**Supplied data**
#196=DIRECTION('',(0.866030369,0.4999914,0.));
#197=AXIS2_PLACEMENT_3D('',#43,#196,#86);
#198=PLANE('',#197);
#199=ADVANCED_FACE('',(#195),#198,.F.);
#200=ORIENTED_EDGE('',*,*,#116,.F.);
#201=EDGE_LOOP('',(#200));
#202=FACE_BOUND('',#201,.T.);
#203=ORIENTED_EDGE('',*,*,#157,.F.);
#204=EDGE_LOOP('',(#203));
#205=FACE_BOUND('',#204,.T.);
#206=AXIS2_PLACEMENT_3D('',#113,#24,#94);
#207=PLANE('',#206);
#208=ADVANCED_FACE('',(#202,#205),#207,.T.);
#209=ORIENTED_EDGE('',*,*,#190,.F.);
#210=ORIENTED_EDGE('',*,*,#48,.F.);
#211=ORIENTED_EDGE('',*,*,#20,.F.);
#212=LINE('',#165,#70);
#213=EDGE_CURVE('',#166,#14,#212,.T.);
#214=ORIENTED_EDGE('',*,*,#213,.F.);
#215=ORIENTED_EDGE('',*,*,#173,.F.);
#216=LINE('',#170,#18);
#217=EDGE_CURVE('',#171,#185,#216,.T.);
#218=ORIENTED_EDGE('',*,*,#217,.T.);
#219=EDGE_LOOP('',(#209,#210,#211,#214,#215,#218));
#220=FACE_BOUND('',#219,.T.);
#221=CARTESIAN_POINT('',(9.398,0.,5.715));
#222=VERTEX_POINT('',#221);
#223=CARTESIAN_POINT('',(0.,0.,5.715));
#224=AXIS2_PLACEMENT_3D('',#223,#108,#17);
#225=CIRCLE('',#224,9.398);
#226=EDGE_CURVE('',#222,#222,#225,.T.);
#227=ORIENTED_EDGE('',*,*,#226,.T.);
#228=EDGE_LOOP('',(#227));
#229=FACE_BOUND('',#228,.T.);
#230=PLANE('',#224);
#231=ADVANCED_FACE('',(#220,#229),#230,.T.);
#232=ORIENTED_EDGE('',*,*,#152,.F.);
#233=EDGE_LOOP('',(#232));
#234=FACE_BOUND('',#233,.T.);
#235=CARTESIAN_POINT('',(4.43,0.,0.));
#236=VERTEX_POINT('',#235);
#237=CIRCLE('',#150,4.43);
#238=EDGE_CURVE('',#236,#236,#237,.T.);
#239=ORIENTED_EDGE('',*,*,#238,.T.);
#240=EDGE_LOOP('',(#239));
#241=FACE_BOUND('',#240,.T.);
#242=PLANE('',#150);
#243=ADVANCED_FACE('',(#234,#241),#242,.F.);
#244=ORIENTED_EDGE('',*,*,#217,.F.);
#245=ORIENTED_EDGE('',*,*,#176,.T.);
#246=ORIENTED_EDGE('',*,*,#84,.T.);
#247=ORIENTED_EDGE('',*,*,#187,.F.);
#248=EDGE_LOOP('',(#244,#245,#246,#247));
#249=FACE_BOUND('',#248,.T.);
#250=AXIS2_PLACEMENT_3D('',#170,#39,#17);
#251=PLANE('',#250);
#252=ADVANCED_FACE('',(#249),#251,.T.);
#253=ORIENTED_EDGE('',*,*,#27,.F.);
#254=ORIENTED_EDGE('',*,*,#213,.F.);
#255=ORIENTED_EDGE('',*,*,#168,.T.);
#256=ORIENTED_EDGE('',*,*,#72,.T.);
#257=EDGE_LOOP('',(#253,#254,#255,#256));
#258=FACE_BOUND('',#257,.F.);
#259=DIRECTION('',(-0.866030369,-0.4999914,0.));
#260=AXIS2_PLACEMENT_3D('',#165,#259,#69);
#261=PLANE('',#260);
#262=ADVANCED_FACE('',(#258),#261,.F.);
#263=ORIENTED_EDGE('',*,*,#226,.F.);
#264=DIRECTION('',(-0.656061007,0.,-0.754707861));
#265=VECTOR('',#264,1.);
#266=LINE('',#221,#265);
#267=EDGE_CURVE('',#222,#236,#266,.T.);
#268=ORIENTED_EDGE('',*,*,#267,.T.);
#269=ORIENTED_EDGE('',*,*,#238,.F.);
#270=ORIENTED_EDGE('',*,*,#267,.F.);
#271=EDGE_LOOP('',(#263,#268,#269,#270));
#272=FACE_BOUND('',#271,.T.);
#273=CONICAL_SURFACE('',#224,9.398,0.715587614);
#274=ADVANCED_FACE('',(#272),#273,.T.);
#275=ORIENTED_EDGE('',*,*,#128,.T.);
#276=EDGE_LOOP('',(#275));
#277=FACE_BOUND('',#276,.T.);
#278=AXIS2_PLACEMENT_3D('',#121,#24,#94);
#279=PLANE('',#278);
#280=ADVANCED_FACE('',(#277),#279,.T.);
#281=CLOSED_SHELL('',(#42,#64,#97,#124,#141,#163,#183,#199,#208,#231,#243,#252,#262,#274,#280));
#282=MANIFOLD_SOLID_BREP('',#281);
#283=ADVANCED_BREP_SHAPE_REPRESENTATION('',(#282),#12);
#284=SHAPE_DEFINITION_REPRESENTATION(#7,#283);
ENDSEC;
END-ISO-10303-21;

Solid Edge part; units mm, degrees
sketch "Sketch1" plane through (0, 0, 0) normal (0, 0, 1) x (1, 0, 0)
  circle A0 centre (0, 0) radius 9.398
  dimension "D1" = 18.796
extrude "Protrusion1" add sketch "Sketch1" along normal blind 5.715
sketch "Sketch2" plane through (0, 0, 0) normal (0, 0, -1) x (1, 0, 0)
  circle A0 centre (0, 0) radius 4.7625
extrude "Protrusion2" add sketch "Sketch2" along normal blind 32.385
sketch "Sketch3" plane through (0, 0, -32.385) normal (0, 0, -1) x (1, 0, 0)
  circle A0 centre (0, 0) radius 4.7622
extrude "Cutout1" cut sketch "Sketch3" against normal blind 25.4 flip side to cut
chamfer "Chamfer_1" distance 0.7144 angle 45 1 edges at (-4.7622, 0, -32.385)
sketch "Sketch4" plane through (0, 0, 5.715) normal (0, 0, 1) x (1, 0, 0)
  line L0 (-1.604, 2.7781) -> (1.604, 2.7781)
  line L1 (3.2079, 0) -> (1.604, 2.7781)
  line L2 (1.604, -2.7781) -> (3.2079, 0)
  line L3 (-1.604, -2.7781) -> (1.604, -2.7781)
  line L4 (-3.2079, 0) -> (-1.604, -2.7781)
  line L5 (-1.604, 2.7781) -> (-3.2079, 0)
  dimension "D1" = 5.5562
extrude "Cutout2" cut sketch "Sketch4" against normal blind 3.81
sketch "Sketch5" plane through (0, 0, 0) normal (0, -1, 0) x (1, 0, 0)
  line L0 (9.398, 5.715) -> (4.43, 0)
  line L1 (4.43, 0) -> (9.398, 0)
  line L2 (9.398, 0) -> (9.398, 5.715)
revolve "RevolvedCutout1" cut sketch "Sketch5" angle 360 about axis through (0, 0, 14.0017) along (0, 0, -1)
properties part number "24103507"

**Your instructions**
The only acceptable answer is the full set of entries, repeated exactly.

**Response to this task**
#196=DIRECTION('',(0.866030369,0.4999914,0.));
#197=AXIS2_PLACEMENT_3D('',#43,#196,#86);
#198=PLANE('',#197);
#199=ADVANCED_FACE('',(#195),#198,.F.);
#200=ORIENTED_EDGE('',*,*,#116,.F.);
#201=EDGE_LOOP('',(#200));
#202=FACE_BOUND('',#201,.T.);
#203=ORIENTED_EDGE('',*,*,#157,.F.);
#204=EDGE_LOOP('',(#203));
#205=FACE_BOUND('',#204,.T.);
#206=AXIS2_PLACEMENT_3D('',#113,#24,#94);
#207=PLANE('',#206);
#208=ADVANCED_FACE('',(#202,#205),#207,.T.);
#209=ORIENTED_EDGE('',*,*,#190,.F.);
#210=ORIENTED_EDGE('',*,*,#48,.F.);
#211=ORIENTED_EDGE('',*,*,#20,.F.);
#212=LINE('',#165,#70);
#213=EDGE_CURVE('',#166,#14,#212,.T.);
#214=ORIENTED_EDGE('',*,*,#213,.F.);
#215=ORIENTED_EDGE('',*,*,#173,.F.);
#216=LINE('',#170,#18);
#217=EDGE_CURVE('',#171,#185,#216,.T.);
#218=ORIENTED_EDGE('',*,*,#217,.T.);
#219=EDGE_LOOP('',(#209,#210,#211,#214,#215,#218));
#220=FACE_BOUND('',#219,.T.);
#221=CARTESIAN_POINT('',(9.398,0.,5.715));
#222=VERTEX_POINT('',#221);
#223=CARTESIAN_POINT('',(0.,0.,5.715));
#224=AXIS2_PLACEMENT_3D('',#223,#108,#17);
#225=CIRCLE('',#224,9.398);
#226=EDGE_CURVE('',#222,#222,#225,.T.);
#227=ORIENTED_EDGE('',*,*,#226,.T.);
#228=EDGE_LOOP('',(#227));
#229=FACE_BOUND('',#228,.T.);
#230=PLANE('',#224);
#231=ADVANCED_FACE('',(#220,#229),#230,.T.);
#232=ORIENTED_EDGE('',*,*,#152,.F.);
#233=EDGE_LOOP('',(#232));
#234=FACE_BOUND('',#233,.T.);
#235=CARTESIAN_POINT('',(4.43,0.,0.));
#236=VERTEX_POINT('',#235);
#237=CIRCLE('',#150,4.43);
#238=EDGE_CURVE('',#236,#236,#237,.T.);
#239=ORIENTED_EDGE('',*,*,#238,.T.);
#240=EDGE_LOOP('',(#239));
#241=FACE_BOUND('',#240,.T.);
#242=PLANE('',#150);
#243=ADVANCED_FACE('',(#234,#241),#242,.F.);
#244=ORIENTED_EDGE('',*,*,#217,.F.);
#245=ORIENTED_EDGE('',*,*,#176,.T.);
#246=ORIENTED_EDGE('',*,*,#84,.T.);
#247=ORIENTED_EDGE('',*,*,#187,.F.);
#248=EDGE_LOOP('',(#244,#245,#246,#247));
#249=FACE_BOUND('',#248,.T.);
#250=AXIS2_PLACEMENT_3D('',#170,#39,#17);
#251=PLANE('',#250);
#252=ADVANCED_FACE('',(#249),#251,.T.);
#253=ORIENTED_EDGE('',*,*,#27,.F.);
#254=ORIENTED_EDGE('',*,*,#213,.F.);
#255=ORIENTED_EDGE('',*,*,#168,.T.);
#256=ORIENTED_EDGE('',*,*,#72,.T.);
#257=EDGE_LOOP('',(#253,#254,#255,#256));
#258=FACE_BOUND('',#257,.F.);
#259=DIRECTION('',(-0.866030369,-0.4999914,0.));
#260=AXIS2_PLACEMENT_3D('',#165,#259,#69);
#261=PLANE('',#260);
#262=ADVANCED_FACE('',(#258),#261,.F.);
#263=ORIENTED_EDGE('',*,*,#226,.F.);
#264=DIRECTION('',(-0.656061007,0.,-0.754707861));
#265=VECTOR('',#264,1.);
#266=LINE('',#221,#265);
#267=EDGE_CURVE('',#222,#236,#266,.T.);
#268=ORIENTED_EDGE('',*,*,#267,.T.);
#269=ORIENTED_EDGE('',*,*,#238,.F.);
#270=ORIENTED_EDGE('',*,*,#267,.F.);
#271=EDGE_LOOP('',(#263,#268,#269,#270));
#272=FACE_BOUND('',#271,.T.);
#273=CONICAL_SURFACE('',#224,9.398,0.715587614);
#274=ADVANCED_FACE('',(#272),#273,.T.);
#275=ORIENTED_EDGE('',*,*,#128,.T.);
#276=EDGE_LOOP('',(#275));
#277=FACE_BOUND('',#276,.T.);
#278=AXIS2_PLACEMENT_3D('',#121,#24,#94);
#279=PLANE('',#278);
#280=ADVANCED_FACE('',(#277),#279,.T.);
#281=CLOSED_SHELL('',(#42,#64,#97,#124,#141,#163,#183,#199,#208,#231,#243,#252,#262,#274,#280));
#282=MANIFOLD_SOLID_BREP('',#281);
#283=ADVANCED_BREP_SHAPE_REPRESENTATION('',(#282),#12);
#284=SHAPE_DEFINITION_REPRESENTATION(#7,#283);
ENDSEC;
END-ISO-10303-21;

Solid Edge part; units mm, degrees
sketch "Sketch1" plane through (0, 0, 0) normal (0, 0, 1) x (1, 0, 0)
  circle A0 centre (0, 0) radius 9.398
  dimension "D1" = 18.796
extrude "Protrusion1" add sketch "Sketch1" along normal blind 5.715
sketch "Sketch2" plane through (0, 0, 0) normal (0, 0, -1) x (1, 0, 0)
  circle A0 centre (0, 0) radius 4.7625
extrude "Protrusion2" add sketch "Sketch2" along normal blind 32.385
sketch "Sketch3" plane through (0, 0, -32.385) normal (0, 0, -1) x (1, 0, 0)
  circle A0 centre (0, 0) radius 4.7622
extrude "Cutout1" cut sketch "Sketch3" against normal blind 25.4 flip side to cut
chamfer "Chamfer_1" distance 0.7144 angle 45 1 edges at (-4.7622, 0, -32.385)
sketch "Sketch4" plane through (0, 0, 5.715) normal (0, 0, 1) x (1, 0, 0)
  line L0 (-1.604, 2.7781) -> (1.604, 2.7781)
  line L1 (3.2079, 0) -> (1.604, 2.7781)
  line L2 (1.604, -2.7781) -> (3.2079, 0)
  line L3 (-1.604, -2.7781) -> (1.604, -2.7781)
  line L4 (-3.2079, 0) -> (-1.604, -2.7781)
  line L5 (-1.604, 2.7781) -> (-3.2079, 0)
  dimension "D1" = 5.5562
extrude "Cutout2" cut sketch "Sketch4" against normal blind 3.81
sketch "Sketch5" plane through (0, 0, 0) normal (0, -1, 0) x (1, 0, 0)
  line L0 (9.398, 5.715) -> (4.43, 0)
  line L1 (4.43, 0) -> (9.398, 0)
  line L2 (9.398, 0) -> (9.398, 5.715)
revolve "RevolvedCutout1" cut sketch "Sketch5" angle 360 about axis through (0, 0, 14.0017) along (0, 0, -1)
properties part number "24103507"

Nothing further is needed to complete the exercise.